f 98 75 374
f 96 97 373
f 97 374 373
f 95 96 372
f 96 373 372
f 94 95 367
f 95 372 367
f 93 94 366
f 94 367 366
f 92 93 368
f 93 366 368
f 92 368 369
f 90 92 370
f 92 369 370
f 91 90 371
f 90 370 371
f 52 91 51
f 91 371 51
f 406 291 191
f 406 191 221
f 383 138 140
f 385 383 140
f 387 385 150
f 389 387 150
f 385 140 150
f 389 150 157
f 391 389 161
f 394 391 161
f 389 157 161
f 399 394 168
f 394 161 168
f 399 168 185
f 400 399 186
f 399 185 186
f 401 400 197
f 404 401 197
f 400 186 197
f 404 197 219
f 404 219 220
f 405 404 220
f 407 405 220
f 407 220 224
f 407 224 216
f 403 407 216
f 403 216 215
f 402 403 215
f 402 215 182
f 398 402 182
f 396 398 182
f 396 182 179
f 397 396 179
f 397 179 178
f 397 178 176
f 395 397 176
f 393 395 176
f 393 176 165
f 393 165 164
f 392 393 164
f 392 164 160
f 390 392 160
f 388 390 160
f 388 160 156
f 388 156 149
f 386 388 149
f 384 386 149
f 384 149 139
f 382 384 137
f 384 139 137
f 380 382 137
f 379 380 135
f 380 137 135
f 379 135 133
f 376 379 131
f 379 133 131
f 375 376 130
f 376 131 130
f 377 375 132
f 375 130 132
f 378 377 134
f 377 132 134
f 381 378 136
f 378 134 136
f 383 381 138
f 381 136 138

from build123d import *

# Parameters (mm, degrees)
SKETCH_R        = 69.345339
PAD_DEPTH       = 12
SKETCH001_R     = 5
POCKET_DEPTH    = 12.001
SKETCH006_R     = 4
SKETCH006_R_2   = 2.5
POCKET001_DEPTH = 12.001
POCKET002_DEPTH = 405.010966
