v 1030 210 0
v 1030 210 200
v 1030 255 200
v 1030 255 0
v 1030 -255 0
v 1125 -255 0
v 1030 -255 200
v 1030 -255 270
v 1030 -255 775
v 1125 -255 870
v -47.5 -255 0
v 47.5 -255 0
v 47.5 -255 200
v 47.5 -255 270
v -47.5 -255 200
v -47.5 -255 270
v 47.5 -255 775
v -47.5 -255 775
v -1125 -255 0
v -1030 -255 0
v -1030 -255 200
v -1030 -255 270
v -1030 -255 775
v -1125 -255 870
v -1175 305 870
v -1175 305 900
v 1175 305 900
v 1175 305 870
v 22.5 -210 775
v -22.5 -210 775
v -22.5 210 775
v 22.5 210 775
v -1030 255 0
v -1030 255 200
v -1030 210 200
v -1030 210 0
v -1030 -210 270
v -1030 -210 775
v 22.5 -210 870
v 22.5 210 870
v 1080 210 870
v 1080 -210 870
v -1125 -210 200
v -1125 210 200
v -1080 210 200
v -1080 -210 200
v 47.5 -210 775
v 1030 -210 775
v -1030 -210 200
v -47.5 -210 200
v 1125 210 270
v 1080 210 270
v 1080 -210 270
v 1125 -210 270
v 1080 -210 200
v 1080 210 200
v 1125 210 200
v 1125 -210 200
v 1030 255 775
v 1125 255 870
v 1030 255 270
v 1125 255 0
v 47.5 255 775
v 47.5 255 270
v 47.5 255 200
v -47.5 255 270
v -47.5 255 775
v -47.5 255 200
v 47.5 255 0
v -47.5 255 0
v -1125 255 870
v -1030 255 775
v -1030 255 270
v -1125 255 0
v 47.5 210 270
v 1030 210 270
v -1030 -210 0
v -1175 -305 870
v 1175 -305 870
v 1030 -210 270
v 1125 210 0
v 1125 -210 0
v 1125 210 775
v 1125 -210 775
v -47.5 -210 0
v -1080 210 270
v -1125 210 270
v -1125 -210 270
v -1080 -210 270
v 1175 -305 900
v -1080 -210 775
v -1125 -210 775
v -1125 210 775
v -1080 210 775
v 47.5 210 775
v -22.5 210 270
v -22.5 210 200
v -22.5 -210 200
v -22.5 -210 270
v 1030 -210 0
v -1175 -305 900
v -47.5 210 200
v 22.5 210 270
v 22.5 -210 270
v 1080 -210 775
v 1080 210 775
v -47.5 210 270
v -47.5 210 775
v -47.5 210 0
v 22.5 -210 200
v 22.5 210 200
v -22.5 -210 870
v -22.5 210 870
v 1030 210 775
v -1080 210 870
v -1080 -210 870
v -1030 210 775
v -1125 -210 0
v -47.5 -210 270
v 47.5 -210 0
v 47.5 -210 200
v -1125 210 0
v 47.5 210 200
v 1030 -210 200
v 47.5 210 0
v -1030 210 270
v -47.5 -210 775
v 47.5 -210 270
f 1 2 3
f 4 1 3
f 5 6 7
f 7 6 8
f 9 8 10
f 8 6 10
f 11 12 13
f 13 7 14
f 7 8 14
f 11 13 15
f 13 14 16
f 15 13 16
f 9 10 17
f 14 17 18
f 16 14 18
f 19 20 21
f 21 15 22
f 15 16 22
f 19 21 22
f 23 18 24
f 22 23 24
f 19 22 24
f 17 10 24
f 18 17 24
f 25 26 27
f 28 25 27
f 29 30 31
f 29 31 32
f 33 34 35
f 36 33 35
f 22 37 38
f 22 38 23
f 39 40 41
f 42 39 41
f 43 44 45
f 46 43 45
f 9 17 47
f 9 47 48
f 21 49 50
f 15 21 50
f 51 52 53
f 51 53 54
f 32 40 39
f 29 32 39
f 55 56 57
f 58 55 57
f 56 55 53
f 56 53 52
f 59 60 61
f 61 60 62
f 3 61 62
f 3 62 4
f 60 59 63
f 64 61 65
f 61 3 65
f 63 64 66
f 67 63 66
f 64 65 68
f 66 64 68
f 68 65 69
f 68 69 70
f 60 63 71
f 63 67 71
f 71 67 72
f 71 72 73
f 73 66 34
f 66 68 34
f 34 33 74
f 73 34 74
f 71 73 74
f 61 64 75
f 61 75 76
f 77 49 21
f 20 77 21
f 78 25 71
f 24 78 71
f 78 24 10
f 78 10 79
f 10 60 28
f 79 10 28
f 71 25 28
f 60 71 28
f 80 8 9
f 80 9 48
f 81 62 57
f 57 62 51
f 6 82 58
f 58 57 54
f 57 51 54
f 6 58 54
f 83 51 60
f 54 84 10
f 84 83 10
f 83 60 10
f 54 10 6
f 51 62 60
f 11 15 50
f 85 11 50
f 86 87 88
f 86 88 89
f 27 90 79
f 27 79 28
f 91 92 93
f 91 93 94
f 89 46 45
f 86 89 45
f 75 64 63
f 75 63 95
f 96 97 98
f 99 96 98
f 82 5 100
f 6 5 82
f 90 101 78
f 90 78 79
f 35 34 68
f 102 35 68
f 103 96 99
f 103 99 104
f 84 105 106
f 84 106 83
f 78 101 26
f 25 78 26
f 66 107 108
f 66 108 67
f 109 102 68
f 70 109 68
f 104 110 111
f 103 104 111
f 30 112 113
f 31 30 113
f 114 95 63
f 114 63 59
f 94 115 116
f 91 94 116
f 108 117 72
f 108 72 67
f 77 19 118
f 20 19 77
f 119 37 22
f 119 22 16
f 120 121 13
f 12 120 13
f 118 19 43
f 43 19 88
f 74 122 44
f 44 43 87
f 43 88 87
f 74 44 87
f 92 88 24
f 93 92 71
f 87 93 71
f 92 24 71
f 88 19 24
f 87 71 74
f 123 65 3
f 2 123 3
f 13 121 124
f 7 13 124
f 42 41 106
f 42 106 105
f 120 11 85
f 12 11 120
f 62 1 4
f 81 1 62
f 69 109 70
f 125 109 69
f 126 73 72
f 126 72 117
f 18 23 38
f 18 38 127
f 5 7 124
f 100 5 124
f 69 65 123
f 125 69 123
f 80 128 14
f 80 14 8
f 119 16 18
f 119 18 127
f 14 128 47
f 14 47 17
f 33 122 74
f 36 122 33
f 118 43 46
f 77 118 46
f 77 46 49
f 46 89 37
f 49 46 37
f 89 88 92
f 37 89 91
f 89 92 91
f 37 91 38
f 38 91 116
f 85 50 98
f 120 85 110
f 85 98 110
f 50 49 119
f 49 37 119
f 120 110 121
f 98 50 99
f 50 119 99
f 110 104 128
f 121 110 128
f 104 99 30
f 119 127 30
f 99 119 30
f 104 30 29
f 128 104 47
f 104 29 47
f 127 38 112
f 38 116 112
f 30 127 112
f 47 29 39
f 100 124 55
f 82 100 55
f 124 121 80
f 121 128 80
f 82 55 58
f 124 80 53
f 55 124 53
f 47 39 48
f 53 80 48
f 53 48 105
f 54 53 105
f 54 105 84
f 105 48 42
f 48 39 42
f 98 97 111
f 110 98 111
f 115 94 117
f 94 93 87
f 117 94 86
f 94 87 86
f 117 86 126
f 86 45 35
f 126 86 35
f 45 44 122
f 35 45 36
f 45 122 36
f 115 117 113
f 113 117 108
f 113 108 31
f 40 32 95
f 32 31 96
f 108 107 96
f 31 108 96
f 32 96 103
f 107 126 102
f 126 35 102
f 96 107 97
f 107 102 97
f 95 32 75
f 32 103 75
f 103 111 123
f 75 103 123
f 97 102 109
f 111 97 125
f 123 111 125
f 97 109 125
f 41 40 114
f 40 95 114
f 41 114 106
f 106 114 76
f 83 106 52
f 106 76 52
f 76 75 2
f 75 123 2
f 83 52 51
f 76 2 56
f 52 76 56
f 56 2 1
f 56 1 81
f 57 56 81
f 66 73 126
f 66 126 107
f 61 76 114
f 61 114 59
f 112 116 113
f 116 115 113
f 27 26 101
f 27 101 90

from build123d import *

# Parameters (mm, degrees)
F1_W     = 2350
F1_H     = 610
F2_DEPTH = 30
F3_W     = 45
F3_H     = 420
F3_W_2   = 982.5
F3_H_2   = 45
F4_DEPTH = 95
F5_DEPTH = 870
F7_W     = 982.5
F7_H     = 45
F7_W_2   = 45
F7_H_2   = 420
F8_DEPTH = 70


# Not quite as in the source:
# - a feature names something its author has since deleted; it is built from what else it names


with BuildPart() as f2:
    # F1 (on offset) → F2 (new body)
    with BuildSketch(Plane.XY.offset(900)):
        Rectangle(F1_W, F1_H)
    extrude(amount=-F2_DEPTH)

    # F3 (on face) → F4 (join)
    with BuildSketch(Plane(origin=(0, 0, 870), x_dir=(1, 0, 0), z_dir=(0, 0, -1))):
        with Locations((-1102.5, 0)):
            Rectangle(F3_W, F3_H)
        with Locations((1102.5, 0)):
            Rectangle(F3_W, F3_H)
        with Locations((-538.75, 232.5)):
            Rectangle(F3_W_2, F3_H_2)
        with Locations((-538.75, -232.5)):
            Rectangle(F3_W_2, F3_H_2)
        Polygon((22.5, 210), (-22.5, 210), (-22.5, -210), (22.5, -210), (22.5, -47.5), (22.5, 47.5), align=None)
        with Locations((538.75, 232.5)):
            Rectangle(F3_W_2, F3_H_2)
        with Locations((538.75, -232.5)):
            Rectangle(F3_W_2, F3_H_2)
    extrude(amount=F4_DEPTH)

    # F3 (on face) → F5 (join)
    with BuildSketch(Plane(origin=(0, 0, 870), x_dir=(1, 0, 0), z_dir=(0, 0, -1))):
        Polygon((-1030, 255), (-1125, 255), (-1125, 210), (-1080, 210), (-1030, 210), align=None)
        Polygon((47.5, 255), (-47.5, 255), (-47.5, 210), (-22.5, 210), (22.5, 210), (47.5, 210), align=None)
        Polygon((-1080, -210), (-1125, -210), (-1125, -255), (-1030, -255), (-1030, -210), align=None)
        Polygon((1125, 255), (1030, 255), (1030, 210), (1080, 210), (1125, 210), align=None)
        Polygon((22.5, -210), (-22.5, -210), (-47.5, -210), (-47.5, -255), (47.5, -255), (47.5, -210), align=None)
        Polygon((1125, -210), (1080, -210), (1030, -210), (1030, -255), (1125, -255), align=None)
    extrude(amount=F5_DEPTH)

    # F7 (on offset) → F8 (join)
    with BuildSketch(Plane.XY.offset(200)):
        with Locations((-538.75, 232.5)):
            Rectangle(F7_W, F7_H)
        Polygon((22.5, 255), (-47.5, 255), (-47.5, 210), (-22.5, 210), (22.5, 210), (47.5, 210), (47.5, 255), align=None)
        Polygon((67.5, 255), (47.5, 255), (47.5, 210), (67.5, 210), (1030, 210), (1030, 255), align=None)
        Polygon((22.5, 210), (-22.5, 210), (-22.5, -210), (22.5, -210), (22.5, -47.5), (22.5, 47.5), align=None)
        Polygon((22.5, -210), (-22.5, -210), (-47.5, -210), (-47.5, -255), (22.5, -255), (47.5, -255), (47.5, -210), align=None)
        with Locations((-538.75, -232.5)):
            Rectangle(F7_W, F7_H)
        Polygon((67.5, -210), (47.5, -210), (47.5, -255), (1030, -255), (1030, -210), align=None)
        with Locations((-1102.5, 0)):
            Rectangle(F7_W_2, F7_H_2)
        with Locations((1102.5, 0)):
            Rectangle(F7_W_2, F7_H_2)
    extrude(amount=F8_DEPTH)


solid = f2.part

* * * * * * * * *

◆ Task brief ◆
Find "v -1080 210 200" in the entries above and copy that whole line exactly, then each line after it through the line that contains "v 1125 255 870".

◆ Reply to the exercise ◆
v -1080 210 200
v -1080 -210 200
v 47.5 -210 775
v 1030 -210 775
v -1030 -210 200
v -47.5 -210 200
v 1125 210 270
v 1080 210 270
v 1080 -210 270
v 1125 -210 270
v 1080 -210 200
v 1080 210 200
v 1125 210 200
v 1125 -210 200
v 1030 255 775
v 1125 255 870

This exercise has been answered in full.